In a triangle $\triangle ABC$ with$\angle B>\angle C$, the altitude, the angle bisector, and the median from $A$ intersect $BC$ at $H, L$ and $D$, respectively. Show that $\angle HAL=\angle DAL$ if and only if $\angle BAC=90^{\circ}$.

Two-way flights are operated between $80$ cities in such a way that each city is connected to at least $7$ other cities by a direct flight and any two cities are connected by a finite sequence of flights. Find the smallest $k$ such that for any such arrangement of flights it is possible to travel from any city to any other city by a sequence of at most $k$ flights.

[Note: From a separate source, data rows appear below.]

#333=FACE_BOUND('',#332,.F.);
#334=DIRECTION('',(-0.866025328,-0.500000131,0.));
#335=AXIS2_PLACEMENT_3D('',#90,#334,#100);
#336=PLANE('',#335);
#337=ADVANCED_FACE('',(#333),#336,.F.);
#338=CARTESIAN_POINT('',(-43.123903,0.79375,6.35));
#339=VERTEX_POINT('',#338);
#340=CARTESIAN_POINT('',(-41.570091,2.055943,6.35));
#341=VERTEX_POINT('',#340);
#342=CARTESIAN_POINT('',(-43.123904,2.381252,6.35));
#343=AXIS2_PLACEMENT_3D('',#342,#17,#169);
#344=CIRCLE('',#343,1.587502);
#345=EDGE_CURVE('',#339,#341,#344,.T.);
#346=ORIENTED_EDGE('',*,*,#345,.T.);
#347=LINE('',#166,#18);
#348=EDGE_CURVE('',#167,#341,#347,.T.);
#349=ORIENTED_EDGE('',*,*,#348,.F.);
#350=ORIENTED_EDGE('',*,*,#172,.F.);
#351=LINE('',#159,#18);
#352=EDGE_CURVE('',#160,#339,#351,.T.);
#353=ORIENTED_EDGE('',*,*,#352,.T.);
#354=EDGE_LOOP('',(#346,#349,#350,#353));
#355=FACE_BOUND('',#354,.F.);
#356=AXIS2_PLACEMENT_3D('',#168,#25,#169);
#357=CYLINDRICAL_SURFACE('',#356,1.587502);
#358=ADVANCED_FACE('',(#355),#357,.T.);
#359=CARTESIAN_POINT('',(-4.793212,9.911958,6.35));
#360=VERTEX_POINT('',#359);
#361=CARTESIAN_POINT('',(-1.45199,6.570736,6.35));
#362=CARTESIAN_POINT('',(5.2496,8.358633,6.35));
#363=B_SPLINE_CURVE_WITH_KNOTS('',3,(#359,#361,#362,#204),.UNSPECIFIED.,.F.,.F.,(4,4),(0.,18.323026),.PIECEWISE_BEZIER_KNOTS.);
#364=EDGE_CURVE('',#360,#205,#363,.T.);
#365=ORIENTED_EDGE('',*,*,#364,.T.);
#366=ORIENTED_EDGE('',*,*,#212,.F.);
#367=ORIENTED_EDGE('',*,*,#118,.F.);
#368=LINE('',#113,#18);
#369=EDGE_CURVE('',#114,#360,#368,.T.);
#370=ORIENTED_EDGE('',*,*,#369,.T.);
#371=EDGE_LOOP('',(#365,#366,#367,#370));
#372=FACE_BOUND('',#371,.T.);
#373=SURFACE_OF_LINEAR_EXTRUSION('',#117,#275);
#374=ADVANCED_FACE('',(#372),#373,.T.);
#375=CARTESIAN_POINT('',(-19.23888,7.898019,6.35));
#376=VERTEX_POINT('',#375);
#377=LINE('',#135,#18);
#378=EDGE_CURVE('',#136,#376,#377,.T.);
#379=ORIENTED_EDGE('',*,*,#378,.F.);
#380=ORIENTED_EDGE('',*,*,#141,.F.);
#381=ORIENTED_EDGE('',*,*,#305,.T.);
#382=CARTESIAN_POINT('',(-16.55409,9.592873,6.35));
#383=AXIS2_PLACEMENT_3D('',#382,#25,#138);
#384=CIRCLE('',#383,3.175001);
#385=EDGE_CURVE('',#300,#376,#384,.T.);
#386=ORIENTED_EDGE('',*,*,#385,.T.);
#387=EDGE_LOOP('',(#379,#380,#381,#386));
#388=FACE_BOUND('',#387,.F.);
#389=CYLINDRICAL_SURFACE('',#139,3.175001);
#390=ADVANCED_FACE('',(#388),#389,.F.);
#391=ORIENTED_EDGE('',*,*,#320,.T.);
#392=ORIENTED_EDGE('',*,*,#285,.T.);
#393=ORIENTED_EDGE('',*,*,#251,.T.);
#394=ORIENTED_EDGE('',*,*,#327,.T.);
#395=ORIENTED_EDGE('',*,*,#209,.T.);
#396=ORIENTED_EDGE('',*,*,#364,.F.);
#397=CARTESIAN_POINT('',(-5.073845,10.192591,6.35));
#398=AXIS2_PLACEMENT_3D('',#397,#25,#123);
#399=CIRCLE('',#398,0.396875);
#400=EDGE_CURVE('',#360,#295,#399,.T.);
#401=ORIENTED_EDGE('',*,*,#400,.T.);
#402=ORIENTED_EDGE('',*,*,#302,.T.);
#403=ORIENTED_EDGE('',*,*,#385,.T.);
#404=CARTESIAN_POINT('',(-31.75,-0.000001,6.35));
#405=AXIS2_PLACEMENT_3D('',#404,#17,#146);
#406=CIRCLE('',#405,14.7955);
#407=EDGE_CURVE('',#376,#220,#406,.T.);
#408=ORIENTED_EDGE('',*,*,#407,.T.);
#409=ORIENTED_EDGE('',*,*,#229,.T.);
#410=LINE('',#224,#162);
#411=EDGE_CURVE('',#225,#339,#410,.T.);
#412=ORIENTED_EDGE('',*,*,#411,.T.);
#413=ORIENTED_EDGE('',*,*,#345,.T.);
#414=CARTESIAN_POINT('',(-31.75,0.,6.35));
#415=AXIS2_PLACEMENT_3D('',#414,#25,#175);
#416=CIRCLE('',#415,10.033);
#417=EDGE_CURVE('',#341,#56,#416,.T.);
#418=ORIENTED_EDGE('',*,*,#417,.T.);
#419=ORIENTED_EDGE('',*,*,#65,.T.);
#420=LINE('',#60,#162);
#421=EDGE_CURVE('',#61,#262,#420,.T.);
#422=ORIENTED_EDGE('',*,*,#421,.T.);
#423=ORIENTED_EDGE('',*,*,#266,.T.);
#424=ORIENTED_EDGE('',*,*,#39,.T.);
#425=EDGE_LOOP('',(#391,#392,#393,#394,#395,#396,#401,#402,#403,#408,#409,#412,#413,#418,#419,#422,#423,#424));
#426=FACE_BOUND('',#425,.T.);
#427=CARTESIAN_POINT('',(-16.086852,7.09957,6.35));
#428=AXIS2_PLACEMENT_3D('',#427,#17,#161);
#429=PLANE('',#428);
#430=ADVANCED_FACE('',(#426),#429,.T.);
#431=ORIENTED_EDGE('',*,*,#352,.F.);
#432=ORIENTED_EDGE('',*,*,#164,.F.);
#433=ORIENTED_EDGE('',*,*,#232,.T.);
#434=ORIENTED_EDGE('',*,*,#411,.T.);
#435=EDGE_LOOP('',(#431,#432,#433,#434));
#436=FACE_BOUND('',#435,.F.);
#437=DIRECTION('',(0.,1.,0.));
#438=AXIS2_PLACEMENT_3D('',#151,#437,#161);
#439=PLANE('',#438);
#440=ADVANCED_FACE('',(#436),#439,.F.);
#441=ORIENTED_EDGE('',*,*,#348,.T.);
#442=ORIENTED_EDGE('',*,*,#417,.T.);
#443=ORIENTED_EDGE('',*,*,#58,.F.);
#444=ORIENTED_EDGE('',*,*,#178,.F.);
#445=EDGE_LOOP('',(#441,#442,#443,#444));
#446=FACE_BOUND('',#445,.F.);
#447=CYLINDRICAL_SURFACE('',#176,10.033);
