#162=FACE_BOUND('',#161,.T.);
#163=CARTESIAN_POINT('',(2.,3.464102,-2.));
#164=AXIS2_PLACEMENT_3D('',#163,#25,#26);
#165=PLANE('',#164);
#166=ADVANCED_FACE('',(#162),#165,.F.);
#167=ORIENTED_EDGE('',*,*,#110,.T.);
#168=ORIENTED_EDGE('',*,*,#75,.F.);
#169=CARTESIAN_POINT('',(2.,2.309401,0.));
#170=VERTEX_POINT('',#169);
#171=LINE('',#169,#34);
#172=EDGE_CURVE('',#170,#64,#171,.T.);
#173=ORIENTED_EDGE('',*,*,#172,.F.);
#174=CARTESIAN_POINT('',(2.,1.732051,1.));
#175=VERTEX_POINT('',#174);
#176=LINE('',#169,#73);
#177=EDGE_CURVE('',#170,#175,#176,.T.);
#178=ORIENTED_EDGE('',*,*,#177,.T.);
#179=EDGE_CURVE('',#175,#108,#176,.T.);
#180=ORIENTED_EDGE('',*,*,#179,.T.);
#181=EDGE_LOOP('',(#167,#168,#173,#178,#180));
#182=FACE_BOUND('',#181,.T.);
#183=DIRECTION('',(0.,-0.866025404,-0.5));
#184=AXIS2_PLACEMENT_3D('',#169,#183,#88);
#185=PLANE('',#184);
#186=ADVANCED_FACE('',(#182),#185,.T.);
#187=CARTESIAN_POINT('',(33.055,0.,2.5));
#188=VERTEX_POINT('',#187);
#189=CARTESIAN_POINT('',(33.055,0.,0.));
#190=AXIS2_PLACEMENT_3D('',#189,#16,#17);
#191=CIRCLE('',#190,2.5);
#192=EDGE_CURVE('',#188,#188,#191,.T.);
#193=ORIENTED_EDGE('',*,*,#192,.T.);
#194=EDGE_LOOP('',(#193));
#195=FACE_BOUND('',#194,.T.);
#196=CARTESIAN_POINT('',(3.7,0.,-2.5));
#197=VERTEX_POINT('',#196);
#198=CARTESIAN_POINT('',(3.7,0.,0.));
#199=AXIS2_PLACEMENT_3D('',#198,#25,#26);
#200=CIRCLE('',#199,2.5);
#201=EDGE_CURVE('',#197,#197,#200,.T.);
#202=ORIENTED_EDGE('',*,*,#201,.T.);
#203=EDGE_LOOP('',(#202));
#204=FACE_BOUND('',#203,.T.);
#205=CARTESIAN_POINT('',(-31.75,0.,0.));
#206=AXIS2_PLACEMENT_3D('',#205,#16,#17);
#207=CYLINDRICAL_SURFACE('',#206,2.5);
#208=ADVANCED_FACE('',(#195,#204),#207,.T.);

(a) Determine if exist an integer $n$ such that $n^2 -k$ has exactly $10$ positive divisors for each $k = 1, 2, 3.$ (b) Show that the number of positive divisors of $n^2 -4$ is not $10$ for any integer $n.$

Find all functions $f:\mathbb{Z}\to \mathbb{Z}$ satisfying the condition $f(n)-f(n+f(m))=m$ for all $m,n\in \mathbb{Z}$

The excircle of a triangle $ABC$ corresponding to $A$ touches the lines $BC,CA,AB$ at $A_1,B_1,C_1$, respectively. The excircle corresponding to $B$ touches $BC,CA,AB$ at $A_2,B_2,C_2$, and the excircle corresponding to $C$ touches $BC,CA,AB$ at $A_3,B_3,C_3$, respectively. Find the maximum possible value of the ratio of the sum of the perimeters of $\triangle A_1B_1C_1$, $\triangle A_2B_2C_2$ and $\triangle A_3B_3C_3$ to the circumradius of $\triangle ABC$.

Define $K(n,0)=\varnothing $ and, for all nonnegative integers m and n, $K(n,m+1)=\left\{ \left. k \right|\text{ }1\le k\le n\text{ and }K(k,m)\cap K(n-k,m)=\varnothing \right\}$. Find the number of elements of $K(2004,2004)$.